=== How to complete this task ===
Search the entries below for the word "extrude" and copy each line that has it.

=== Entries shown ===
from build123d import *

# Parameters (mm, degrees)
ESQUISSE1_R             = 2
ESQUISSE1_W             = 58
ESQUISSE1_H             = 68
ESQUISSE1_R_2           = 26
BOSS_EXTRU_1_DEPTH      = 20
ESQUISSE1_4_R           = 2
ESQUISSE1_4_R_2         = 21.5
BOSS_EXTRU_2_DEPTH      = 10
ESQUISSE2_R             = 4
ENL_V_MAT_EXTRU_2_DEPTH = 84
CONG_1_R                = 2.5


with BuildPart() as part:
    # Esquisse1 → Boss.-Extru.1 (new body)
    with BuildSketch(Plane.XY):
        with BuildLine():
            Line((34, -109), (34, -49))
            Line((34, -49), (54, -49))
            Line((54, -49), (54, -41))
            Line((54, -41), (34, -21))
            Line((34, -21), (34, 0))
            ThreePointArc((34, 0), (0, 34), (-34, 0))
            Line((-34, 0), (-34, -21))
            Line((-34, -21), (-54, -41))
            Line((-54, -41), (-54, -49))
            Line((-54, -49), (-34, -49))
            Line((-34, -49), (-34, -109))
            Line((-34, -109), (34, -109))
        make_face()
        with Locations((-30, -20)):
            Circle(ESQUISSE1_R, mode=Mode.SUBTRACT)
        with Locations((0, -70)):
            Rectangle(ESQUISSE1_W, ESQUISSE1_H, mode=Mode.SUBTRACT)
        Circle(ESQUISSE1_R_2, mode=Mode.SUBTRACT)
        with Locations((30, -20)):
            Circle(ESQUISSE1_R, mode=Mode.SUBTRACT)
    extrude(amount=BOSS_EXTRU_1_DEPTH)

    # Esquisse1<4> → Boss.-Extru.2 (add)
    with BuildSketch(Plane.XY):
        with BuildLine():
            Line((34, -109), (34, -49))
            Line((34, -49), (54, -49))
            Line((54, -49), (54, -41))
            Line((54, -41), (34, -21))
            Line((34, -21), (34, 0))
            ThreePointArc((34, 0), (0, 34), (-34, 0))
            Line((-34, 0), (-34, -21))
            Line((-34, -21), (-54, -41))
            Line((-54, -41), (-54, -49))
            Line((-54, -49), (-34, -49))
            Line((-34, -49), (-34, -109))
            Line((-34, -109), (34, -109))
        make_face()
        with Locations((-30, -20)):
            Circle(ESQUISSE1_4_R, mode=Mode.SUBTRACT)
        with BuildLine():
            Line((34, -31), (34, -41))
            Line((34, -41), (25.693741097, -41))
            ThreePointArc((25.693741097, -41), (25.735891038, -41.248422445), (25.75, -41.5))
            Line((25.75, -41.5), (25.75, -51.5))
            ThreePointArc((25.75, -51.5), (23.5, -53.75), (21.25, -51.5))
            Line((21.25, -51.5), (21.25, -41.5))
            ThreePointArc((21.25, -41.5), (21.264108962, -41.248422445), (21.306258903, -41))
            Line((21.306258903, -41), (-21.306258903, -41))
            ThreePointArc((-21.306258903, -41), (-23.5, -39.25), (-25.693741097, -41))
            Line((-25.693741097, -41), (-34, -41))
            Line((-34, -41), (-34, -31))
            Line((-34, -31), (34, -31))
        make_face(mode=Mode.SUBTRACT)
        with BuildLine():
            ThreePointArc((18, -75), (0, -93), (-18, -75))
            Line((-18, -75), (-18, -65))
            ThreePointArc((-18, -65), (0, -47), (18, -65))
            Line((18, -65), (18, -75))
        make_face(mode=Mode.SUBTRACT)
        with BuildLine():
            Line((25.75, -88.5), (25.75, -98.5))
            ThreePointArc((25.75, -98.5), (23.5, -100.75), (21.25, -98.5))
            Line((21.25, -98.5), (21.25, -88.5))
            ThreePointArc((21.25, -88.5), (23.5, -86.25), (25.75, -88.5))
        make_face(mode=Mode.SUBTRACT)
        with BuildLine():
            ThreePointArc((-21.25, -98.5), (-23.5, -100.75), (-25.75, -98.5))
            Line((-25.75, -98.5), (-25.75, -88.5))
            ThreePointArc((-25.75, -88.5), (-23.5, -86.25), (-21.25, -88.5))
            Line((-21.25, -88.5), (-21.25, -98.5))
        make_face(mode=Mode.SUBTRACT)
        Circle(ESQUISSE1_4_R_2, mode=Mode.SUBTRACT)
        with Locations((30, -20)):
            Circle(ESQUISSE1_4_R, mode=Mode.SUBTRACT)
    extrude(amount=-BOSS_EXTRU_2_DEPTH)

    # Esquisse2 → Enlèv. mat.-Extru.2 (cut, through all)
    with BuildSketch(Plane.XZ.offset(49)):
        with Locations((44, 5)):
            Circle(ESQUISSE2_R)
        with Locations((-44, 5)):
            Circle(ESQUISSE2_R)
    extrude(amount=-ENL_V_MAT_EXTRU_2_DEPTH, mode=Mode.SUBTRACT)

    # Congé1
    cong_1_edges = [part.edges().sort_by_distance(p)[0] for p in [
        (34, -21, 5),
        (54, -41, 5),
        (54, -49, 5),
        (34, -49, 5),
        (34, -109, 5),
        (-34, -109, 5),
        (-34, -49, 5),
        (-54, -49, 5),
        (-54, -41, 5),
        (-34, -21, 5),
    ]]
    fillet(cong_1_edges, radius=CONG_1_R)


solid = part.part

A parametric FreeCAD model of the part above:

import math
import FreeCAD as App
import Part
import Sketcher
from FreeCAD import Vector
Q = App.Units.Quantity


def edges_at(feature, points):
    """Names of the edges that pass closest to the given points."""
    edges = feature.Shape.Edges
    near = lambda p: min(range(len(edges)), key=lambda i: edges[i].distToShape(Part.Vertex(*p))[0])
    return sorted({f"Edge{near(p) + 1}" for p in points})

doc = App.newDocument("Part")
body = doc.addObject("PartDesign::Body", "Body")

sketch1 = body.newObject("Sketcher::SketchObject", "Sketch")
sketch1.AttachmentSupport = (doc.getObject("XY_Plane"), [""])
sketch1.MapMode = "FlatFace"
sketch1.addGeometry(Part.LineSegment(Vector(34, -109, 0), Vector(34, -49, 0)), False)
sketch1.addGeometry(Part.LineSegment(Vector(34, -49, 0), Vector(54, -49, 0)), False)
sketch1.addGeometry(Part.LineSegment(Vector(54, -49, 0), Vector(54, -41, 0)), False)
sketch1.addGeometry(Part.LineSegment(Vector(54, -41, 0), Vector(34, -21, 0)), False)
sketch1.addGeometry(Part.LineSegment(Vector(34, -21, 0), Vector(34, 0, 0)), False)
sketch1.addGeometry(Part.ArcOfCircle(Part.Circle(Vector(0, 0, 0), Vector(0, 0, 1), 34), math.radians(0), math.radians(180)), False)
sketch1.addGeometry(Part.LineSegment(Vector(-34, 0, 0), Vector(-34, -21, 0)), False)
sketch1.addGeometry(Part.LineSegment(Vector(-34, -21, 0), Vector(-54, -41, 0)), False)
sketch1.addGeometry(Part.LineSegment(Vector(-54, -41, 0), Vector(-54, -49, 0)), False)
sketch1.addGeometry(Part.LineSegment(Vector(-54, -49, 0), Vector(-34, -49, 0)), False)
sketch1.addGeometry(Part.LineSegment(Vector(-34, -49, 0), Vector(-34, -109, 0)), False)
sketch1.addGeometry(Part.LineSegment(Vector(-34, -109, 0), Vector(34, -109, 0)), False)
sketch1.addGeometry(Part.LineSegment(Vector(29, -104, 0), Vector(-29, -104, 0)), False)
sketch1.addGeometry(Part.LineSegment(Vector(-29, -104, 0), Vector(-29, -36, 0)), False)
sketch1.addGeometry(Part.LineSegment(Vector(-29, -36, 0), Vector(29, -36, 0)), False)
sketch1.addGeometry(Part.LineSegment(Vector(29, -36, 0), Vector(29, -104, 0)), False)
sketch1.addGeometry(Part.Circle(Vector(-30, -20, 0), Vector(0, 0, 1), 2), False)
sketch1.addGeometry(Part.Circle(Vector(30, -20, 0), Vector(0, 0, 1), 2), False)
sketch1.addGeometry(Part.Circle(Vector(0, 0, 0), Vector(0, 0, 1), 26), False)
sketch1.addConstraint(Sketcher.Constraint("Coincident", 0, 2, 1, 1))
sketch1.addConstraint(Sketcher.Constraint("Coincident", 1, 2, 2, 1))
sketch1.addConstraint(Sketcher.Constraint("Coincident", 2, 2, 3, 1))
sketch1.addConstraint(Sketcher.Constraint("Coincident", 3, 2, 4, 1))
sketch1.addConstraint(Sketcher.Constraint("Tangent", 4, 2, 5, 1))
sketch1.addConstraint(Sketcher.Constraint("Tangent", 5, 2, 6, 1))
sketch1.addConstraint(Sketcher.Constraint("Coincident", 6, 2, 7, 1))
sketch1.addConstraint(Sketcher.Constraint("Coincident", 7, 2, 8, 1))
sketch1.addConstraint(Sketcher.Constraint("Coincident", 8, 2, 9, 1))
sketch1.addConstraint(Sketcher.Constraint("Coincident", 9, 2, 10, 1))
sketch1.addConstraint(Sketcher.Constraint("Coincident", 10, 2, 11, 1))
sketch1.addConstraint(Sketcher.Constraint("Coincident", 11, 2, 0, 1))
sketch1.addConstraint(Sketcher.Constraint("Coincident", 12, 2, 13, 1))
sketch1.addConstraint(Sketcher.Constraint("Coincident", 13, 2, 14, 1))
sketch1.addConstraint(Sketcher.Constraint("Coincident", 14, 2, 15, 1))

=== Solution for this task ===
    extrude(amount=BOSS_EXTRU_1_DEPTH)
    extrude(amount=-BOSS_EXTRU_2_DEPTH)
    extrude(amount=-ENL_V_MAT_EXTRU_2_DEPTH, mode=Mode.SUBTRACT)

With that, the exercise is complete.